2) $ba > 1$: From $a+b+c+abc = 4$, we have $c = \frac{4-a-b}{ab+1}$. Also, we have $a+b \ge 2\sqrt{ab} > 2$. Thus, we have $$ac + cb = \frac{(4-a-b)(a+b)}{ab + 1} = \frac{4 - (a+b - 2)^2}{ab+1} \le \frac{4 - (2\sqrt{ab} - 2)^2}{ab+1}.$$ Thus, it suffices to prove that $$2\sqrt[3]{1+ \frac{4 - (2\sqrt{ab} - 2)^2}{ab+1}} + \sqrt[3]{1+2ba} \le 3\sqrt[3]{3}.$$ Let $x = \sqrt{ba}$. Then $1 < x \le 2$. It suffices to prove that for $1< x\le 2$, $$2\sqrt[3]{1+ \frac{4 - (2x - 2)^2}{x^2+1}} + \sqrt[3]{1+2x^2} \le 3\sqrt[3]{3}$$ or $$2\sqrt[3]{1 + \frac{2(3x-1)(1-x)}{3(x^2+1)}} + \sqrt[3]{\frac{1+2x^2}{3}} \le 3.$$ Note that $\sqrt[3]{1+u} \le 1 + \frac{u}{3}$ for all $u > -1$ since $(1+\frac{u}{3})^3 - (1+u) = \frac{1}{27}u^2(u+9)$. Thus, it suffices to prove that $$2\left(1 + \frac{1}{3} \frac{2(3x-1)(1-x)}{3(x^2+1)}\right) + \sqrt[3]{\frac{1+2x^2}{3}} \le 3 \tag1$$ or $$\sqrt[3]{\frac{1+2x^2}{3}} \le \frac{21x^2-16x+13}{9(x^2+1)}$$ or $$\frac{1+2x^2}{3} \le \left(\frac{21x^2-16x+13}{9(x^2+1)}\right)^3$$ or $$\frac{2(x-1)^2(-243x^6-486x^5+3051x^4-3996x^3+4527x^2-2102x+977)}{729(x^2+1)^3}\ge 0.$$ It is easy to prove that $-243x^6-486x^5+3051x^4-3996x^3+4527x^2-2102x+977 > 0$ for $1 < x\le 2$.

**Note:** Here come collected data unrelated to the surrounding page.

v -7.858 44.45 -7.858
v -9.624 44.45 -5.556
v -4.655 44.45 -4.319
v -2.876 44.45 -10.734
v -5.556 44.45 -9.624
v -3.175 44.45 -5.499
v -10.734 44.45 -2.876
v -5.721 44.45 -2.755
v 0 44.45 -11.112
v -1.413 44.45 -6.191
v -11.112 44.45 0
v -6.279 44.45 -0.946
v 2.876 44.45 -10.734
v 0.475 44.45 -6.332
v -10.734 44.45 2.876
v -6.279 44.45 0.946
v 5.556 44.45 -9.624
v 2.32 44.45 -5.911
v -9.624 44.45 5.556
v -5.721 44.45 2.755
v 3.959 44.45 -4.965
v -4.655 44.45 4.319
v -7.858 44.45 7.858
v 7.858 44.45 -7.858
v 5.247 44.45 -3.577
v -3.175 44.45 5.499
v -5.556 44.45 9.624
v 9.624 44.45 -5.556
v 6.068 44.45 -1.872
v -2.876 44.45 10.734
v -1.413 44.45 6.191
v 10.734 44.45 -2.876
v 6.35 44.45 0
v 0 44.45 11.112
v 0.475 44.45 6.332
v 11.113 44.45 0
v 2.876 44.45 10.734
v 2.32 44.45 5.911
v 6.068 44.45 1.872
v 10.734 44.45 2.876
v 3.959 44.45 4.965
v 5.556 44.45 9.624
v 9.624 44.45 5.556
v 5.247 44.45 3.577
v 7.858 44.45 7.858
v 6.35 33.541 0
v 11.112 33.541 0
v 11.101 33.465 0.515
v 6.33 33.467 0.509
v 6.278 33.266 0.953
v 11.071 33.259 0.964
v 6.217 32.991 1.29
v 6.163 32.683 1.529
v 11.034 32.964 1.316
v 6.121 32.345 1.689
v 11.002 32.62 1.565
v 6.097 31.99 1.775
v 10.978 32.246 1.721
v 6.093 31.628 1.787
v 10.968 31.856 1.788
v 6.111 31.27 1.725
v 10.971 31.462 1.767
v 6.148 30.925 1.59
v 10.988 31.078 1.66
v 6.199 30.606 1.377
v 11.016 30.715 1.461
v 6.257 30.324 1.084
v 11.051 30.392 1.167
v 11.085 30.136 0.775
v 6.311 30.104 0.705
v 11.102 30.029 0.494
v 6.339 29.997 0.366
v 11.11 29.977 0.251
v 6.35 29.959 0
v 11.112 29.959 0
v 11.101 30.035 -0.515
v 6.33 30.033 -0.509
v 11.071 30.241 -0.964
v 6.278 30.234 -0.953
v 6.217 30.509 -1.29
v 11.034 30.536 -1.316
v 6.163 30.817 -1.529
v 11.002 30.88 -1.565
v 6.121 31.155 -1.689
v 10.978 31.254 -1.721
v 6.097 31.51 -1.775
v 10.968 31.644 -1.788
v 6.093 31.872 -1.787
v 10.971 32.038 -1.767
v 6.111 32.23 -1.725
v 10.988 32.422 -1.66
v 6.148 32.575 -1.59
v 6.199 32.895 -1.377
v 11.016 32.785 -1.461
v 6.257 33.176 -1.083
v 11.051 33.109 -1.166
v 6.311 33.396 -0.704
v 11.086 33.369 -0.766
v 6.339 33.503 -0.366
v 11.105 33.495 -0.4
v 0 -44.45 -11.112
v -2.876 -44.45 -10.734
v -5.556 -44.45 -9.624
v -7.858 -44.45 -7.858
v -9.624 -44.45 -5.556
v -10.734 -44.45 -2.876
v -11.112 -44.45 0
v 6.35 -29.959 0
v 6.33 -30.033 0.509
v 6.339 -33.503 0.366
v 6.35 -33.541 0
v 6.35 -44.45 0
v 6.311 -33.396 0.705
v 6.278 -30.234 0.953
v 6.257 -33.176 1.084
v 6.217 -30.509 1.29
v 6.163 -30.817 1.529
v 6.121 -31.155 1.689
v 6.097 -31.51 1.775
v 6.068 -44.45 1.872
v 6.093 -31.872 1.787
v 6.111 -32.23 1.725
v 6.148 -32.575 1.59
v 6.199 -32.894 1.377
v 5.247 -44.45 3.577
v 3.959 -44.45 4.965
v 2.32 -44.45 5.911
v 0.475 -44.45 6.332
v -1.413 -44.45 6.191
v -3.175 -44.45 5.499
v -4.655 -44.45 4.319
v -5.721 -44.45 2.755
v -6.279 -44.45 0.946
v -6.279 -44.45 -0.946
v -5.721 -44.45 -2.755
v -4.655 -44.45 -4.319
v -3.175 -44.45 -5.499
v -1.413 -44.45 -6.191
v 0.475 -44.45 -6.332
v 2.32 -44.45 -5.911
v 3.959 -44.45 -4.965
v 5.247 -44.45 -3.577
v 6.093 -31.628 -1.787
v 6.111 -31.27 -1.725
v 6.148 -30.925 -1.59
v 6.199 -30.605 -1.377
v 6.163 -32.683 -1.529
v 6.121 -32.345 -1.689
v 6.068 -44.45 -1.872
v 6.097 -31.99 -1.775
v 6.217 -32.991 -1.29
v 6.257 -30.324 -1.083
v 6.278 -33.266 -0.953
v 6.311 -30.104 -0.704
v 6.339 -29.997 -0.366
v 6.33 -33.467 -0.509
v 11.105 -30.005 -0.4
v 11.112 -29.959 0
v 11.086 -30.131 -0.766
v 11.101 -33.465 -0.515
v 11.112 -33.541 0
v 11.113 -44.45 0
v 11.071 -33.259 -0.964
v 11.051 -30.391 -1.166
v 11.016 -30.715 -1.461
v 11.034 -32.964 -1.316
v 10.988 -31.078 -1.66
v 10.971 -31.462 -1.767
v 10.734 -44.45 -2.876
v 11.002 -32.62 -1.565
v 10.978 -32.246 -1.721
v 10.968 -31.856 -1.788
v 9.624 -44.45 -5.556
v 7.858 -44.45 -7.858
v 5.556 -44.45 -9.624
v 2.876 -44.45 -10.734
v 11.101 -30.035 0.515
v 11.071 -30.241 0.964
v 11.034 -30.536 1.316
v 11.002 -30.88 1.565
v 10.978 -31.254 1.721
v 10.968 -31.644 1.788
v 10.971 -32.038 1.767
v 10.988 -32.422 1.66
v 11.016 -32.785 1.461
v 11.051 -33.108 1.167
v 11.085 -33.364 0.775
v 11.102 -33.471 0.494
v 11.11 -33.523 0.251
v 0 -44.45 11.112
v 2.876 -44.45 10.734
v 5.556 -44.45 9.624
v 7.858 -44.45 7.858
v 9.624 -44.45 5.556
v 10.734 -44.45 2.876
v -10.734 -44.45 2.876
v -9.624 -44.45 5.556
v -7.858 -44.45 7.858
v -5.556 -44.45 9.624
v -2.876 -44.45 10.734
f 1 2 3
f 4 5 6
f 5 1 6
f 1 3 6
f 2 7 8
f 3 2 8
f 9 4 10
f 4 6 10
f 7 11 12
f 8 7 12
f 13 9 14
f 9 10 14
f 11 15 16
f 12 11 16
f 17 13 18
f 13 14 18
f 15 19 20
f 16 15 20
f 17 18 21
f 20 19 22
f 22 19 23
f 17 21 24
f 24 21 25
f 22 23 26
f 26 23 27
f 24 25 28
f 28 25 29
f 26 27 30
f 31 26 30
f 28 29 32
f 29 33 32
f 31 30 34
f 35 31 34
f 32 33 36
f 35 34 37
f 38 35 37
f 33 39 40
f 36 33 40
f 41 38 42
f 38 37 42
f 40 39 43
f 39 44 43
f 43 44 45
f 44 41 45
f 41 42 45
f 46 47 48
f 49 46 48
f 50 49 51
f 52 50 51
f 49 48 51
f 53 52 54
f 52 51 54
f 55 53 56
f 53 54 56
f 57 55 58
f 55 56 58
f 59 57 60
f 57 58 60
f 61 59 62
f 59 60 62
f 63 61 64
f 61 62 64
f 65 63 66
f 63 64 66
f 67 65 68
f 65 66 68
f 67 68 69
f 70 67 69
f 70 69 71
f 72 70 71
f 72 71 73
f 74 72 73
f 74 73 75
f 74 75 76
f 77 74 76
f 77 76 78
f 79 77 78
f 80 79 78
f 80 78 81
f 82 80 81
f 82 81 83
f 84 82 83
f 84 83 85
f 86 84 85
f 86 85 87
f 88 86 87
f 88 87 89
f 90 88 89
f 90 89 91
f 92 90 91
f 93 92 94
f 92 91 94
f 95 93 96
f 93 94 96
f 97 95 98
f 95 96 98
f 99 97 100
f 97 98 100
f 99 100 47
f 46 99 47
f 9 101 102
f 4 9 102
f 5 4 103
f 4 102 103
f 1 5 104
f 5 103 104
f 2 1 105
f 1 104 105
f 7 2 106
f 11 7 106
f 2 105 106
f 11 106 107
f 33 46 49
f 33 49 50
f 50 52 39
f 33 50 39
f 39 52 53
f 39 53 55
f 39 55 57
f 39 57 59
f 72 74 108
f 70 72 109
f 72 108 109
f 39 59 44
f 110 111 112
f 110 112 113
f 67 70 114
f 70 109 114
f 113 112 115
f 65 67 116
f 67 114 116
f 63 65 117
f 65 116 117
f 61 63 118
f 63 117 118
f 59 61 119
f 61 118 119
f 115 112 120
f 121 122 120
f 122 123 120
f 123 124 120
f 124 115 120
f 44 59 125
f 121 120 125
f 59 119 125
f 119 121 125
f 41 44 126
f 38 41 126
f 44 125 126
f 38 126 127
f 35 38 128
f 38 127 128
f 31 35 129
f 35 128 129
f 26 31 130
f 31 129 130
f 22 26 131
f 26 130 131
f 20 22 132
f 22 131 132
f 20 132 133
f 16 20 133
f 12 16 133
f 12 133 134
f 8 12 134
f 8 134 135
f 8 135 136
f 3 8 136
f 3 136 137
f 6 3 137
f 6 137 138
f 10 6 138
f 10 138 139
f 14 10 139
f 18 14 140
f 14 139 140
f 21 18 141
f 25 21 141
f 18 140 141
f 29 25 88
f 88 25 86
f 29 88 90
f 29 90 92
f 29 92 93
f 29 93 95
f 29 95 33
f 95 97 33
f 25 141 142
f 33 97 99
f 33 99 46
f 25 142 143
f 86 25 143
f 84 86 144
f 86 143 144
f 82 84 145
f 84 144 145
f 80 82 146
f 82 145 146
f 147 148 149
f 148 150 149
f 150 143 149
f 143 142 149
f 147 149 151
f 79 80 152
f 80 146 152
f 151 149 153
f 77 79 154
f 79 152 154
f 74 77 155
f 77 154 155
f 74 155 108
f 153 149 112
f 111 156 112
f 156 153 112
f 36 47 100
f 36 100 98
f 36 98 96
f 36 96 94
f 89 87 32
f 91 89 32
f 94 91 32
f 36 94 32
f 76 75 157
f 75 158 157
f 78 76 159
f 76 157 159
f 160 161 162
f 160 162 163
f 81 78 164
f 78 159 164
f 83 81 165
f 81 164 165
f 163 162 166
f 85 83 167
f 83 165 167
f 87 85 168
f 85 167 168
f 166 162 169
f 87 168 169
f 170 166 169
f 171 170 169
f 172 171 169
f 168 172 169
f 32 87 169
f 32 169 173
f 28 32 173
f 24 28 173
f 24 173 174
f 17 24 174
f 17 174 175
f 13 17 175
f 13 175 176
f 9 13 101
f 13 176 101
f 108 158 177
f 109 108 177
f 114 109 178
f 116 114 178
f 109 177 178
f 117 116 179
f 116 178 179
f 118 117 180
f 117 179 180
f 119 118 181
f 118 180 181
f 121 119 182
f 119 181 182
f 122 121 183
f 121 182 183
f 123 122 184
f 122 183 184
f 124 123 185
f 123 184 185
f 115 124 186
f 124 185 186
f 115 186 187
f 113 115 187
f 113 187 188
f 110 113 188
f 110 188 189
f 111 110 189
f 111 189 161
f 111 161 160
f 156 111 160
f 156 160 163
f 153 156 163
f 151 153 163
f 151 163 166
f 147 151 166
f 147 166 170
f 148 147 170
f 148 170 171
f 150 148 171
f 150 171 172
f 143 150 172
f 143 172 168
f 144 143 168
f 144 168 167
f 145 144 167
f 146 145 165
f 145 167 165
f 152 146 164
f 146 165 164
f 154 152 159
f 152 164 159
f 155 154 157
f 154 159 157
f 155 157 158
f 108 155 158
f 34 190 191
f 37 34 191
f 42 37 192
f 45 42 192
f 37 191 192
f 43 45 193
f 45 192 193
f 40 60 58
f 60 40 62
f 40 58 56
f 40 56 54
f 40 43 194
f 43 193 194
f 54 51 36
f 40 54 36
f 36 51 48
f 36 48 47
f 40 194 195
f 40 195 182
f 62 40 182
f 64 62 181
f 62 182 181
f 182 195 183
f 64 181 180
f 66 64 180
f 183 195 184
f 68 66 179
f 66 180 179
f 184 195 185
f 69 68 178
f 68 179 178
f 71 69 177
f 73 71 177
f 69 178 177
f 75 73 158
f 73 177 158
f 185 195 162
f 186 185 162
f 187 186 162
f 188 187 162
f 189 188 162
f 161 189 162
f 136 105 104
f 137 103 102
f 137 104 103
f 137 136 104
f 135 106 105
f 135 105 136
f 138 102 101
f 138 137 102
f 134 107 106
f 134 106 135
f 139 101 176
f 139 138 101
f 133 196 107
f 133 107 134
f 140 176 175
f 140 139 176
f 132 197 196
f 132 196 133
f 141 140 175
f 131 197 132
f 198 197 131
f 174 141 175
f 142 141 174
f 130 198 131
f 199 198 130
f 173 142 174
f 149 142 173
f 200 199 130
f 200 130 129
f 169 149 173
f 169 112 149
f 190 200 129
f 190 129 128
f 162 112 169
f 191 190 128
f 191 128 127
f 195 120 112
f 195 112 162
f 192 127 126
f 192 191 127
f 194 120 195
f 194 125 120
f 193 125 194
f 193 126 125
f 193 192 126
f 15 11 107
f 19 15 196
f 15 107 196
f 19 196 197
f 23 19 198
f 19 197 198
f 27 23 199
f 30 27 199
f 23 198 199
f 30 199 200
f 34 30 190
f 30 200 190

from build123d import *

# Parameters (mm, degrees)
F0_W     = 22.225
F0_H     = 22.225
F1_DEPTH = 44.45
F2_R     = 1.7907
F3_DEPTH = 10.16
F4_R     = 1.7907
F5_DEPTH = 10.16
F7_DEPTH = 88.9
F8_R     = 6.35
F9_DEPTH = 88.9


with BuildPart() as f1:
    # F0 (on Front) → F1 (new body, symmetric)
    with BuildSketch(Plane.XZ):
        Rectangle(F0_W, F0_H)
    extrude(amount=F1_DEPTH, both=True)

    # F2 (on face) → F3 (cut)
    with BuildSketch(Plane.YZ.offset(11.1125)):
        with Locations((31.75, 0)):
            Circle(F2_R)
    extrude(amount=-F3_DEPTH, mode=Mode.SUBTRACT)

    # F4 (on face) → F5 (cut)
    with BuildSketch(Plane.YZ.offset(11.1125)):
        with Locations((-31.75, 0)):
            Circle(F4_R)
    extrude(amount=-F5_DEPTH, mode=Mode.SUBTRACT)

    # F6 (on face) → F7 (cut)
    with BuildSketch(Plane.XZ.offset(44.45)):
        with BuildLine():
            ThreePointArc((-11.1125, -4.55e-08), (-7.857724122, 7.8577240898), (0, 11.1125))
            Line((0, 11.1125), (-9.5319095999, 11.1125))
            Line((-9.5319095999, 11.1125), (-11.1125, 11.1125))
            Line((-11.1125, 11.1125), (-11.1125, -4.55e-08))
        make_face()
        with BuildLine():
            ThreePointArc((0, 11.1125), (7.8577241059, 7.8577241059), (11.1125, 0))
            Line((11.1125, 0), (11.1125, 11.1125))
            Line((11.1125, 11.1125), (0, 11.1125))
        make_face()
        with BuildLine():
            Line((11.1125, -11.1125), (11.1125, 0))
            ThreePointArc((11.1125, 0), (7.8577241059, -7.8577241059), (0, -11.1125))
            Line((0, -11.1125), (11.1125, -11.1125))
        make_face()
        with BuildLine():
            Line((-11.1125, -11.1125), (0, -11.1125))
            ThreePointArc((0, -11.1125), (-7.8577240898, -7.857724122), (-11.1125, -4.55e-08))
            Line((-11.1125, -4.55e-08), (-11.1125, -11.1125))
        make_face()
    extrude(amount=-F7_DEPTH, mode=Mode.SUBTRACT)

    # F8 (on face) → F9 (cut)
    with BuildSketch(Plane.XZ.offset(44.45)):
        Circle(F8_R)
    extrude(amount=-F9_DEPTH, mode=Mode.SUBTRACT)


solid = f1.part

EDIT: Indeed, By letting $x = 1 + v$ for $0 < v \le 1$, we have \begin{align} &-243x^6-486x^5+3051x^4-3996x^3+4527x^2-2102x+977\\ =\ & -243v^6-1944v^5-3024v^4-1512v^3+2340v^2+3280v+1728\\ \ge \ & -243v^2-1944v^2-3024v^2-1512v^2+2340v^2+3280v+1728\\ =\ & -4383v^2+3280v+1728\\ \ge \ & -4383v+3280v+1728\\ =\ & -1103v+1728\\ >\ & 0. \end{align} We are done.